* _DATA FOR THIS EXERCISE_:
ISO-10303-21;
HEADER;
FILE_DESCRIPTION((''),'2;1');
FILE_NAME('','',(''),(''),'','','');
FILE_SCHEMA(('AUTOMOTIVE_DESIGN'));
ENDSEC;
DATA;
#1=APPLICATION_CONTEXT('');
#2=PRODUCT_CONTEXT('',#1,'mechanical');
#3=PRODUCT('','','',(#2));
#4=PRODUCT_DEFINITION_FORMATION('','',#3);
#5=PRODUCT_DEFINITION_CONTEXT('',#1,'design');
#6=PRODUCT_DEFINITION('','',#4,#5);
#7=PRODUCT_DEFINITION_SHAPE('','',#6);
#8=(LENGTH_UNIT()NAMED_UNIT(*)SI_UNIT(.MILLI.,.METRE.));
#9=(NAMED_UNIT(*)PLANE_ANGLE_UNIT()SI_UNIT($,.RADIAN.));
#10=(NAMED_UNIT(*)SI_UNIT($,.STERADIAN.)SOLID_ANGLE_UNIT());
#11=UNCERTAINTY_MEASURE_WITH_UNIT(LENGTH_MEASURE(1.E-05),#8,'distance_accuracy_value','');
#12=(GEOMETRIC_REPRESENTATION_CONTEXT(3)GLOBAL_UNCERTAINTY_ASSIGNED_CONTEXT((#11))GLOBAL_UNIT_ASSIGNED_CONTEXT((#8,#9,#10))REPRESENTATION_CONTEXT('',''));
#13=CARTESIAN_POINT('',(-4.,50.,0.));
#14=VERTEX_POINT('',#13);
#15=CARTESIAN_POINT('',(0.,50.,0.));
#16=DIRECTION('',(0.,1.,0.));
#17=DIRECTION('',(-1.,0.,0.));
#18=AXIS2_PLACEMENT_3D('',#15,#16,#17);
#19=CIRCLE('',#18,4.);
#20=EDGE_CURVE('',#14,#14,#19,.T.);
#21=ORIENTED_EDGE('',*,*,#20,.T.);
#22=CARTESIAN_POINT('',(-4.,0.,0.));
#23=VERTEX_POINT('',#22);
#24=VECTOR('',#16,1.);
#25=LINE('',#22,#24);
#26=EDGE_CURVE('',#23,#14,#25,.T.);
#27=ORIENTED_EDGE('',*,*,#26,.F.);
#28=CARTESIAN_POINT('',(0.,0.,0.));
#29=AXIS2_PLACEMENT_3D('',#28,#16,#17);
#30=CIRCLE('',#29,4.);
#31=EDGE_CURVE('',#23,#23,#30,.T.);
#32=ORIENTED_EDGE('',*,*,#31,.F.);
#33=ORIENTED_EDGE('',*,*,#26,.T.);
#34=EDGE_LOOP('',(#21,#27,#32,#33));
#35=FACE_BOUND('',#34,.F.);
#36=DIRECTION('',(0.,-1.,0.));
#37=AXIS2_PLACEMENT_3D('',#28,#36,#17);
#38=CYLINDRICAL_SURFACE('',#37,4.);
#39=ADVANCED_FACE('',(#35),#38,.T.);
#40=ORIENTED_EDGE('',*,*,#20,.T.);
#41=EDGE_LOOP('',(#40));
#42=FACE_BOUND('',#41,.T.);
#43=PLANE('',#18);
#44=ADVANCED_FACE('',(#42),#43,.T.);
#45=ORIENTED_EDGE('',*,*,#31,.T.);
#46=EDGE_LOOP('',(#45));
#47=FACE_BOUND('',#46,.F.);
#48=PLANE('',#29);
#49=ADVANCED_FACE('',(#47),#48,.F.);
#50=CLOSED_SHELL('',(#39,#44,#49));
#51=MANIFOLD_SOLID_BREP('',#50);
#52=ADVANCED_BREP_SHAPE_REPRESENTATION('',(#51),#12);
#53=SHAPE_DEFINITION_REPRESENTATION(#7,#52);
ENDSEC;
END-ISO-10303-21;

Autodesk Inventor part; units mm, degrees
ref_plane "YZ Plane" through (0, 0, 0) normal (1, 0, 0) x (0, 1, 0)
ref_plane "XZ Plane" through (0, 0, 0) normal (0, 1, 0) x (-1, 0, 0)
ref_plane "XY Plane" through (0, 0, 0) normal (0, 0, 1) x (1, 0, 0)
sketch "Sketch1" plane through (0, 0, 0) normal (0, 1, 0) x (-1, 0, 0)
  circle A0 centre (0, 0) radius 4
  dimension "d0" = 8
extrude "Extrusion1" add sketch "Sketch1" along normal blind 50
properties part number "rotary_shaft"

* _WHAT YOU NEED TO DO_: Your task is to retype the records precisely as they stand.

* _SOLUTION TO THIS TASK_:
ISO-10303-21;
HEADER;
FILE_DESCRIPTION((''),'2;1');
FILE_NAME('','',(''),(''),'','','');
FILE_SCHEMA(('AUTOMOTIVE_DESIGN'));
ENDSEC;
DATA;
#1=APPLICATION_CONTEXT('');
#2=PRODUCT_CONTEXT('',#1,'mechanical');
#3=PRODUCT('','','',(#2));
#4=PRODUCT_DEFINITION_FORMATION('','',#3);
#5=PRODUCT_DEFINITION_CONTEXT('',#1,'design');
#6=PRODUCT_DEFINITION('','',#4,#5);
#7=PRODUCT_DEFINITION_SHAPE('','',#6);
#8=(LENGTH_UNIT()NAMED_UNIT(*)SI_UNIT(.MILLI.,.METRE.));
#9=(NAMED_UNIT(*)PLANE_ANGLE_UNIT()SI_UNIT($,.RADIAN.));
#10=(NAMED_UNIT(*)SI_UNIT($,.STERADIAN.)SOLID_ANGLE_UNIT());
#11=UNCERTAINTY_MEASURE_WITH_UNIT(LENGTH_MEASURE(1.E-05),#8,'distance_accuracy_value','');
#12=(GEOMETRIC_REPRESENTATION_CONTEXT(3)GLOBAL_UNCERTAINTY_ASSIGNED_CONTEXT((#11))GLOBAL_UNIT_ASSIGNED_CONTEXT((#8,#9,#10))REPRESENTATION_CONTEXT('',''));
#13=CARTESIAN_POINT('',(-4.,50.,0.));
#14=VERTEX_POINT('',#13);
#15=CARTESIAN_POINT('',(0.,50.,0.));
#16=DIRECTION('',(0.,1.,0.));
#17=DIRECTION('',(-1.,0.,0.));
#18=AXIS2_PLACEMENT_3D('',#15,#16,#17);
#19=CIRCLE('',#18,4.);
#20=EDGE_CURVE('',#14,#14,#19,.T.);
#21=ORIENTED_EDGE('',*,*,#20,.T.);
#22=CARTESIAN_POINT('',(-4.,0.,0.));
#23=VERTEX_POINT('',#22);
#24=VECTOR('',#16,1.);
#25=LINE('',#22,#24);
#26=EDGE_CURVE('',#23,#14,#25,.T.);
#27=ORIENTED_EDGE('',*,*,#26,.F.);
#28=CARTESIAN_POINT('',(0.,0.,0.));
#29=AXIS2_PLACEMENT_3D('',#28,#16,#17);
#30=CIRCLE('',#29,4.);
#31=EDGE_CURVE('',#23,#23,#30,.T.);
#32=ORIENTED_EDGE('',*,*,#31,.F.);
#33=ORIENTED_EDGE('',*,*,#26,.T.);
#34=EDGE_LOOP('',(#21,#27,#32,#33));
#35=FACE_BOUND('',#34,.F.);
#36=DIRECTION('',(0.,-1.,0.));
#37=AXIS2_PLACEMENT_3D('',#28,#36,#17);
#38=CYLINDRICAL_SURFACE('',#37,4.);
#39=ADVANCED_FACE('',(#35),#38,.T.);
#40=ORIENTED_EDGE('',*,*,#20,.T.);
#41=EDGE_LOOP('',(#40));
#42=FACE_BOUND('',#41,.T.);
#43=PLANE('',#18);
#44=ADVANCED_FACE('',(#42),#43,.T.);
#45=ORIENTED_EDGE('',*,*,#31,.T.);
#46=EDGE_LOOP('',(#45));
#47=FACE_BOUND('',#46,.F.);
#48=PLANE('',#29);
#49=ADVANCED_FACE('',(#47),#48,.F.);
#50=CLOSED_SHELL('',(#39,#44,#49));
#51=MANIFOLD_SOLID_BREP('',#50);
#52=ADVANCED_BREP_SHAPE_REPRESENTATION('',(#51),#12);
#53=SHAPE_DEFINITION_REPRESENTATION(#7,#52);
ENDSEC;
END-ISO-10303-21;

Autodesk Inventor part; units mm, degrees
ref_plane "YZ Plane" through (0, 0, 0) normal (1, 0, 0) x (0, 1, 0)
ref_plane "XZ Plane" through (0, 0, 0) normal (0, 1, 0) x (-1, 0, 0)
ref_plane "XY Plane" through (0, 0, 0) normal (0, 0, 1) x (1, 0, 0)
sketch "Sketch1" plane through (0, 0, 0) normal (0, 1, 0) x (-1, 0, 0)
  circle A0 centre (0, 0) radius 4
  dimension "d0" = 8
extrude "Extrusion1" add sketch "Sketch1" along normal blind 50
properties part number "rotary_shaft"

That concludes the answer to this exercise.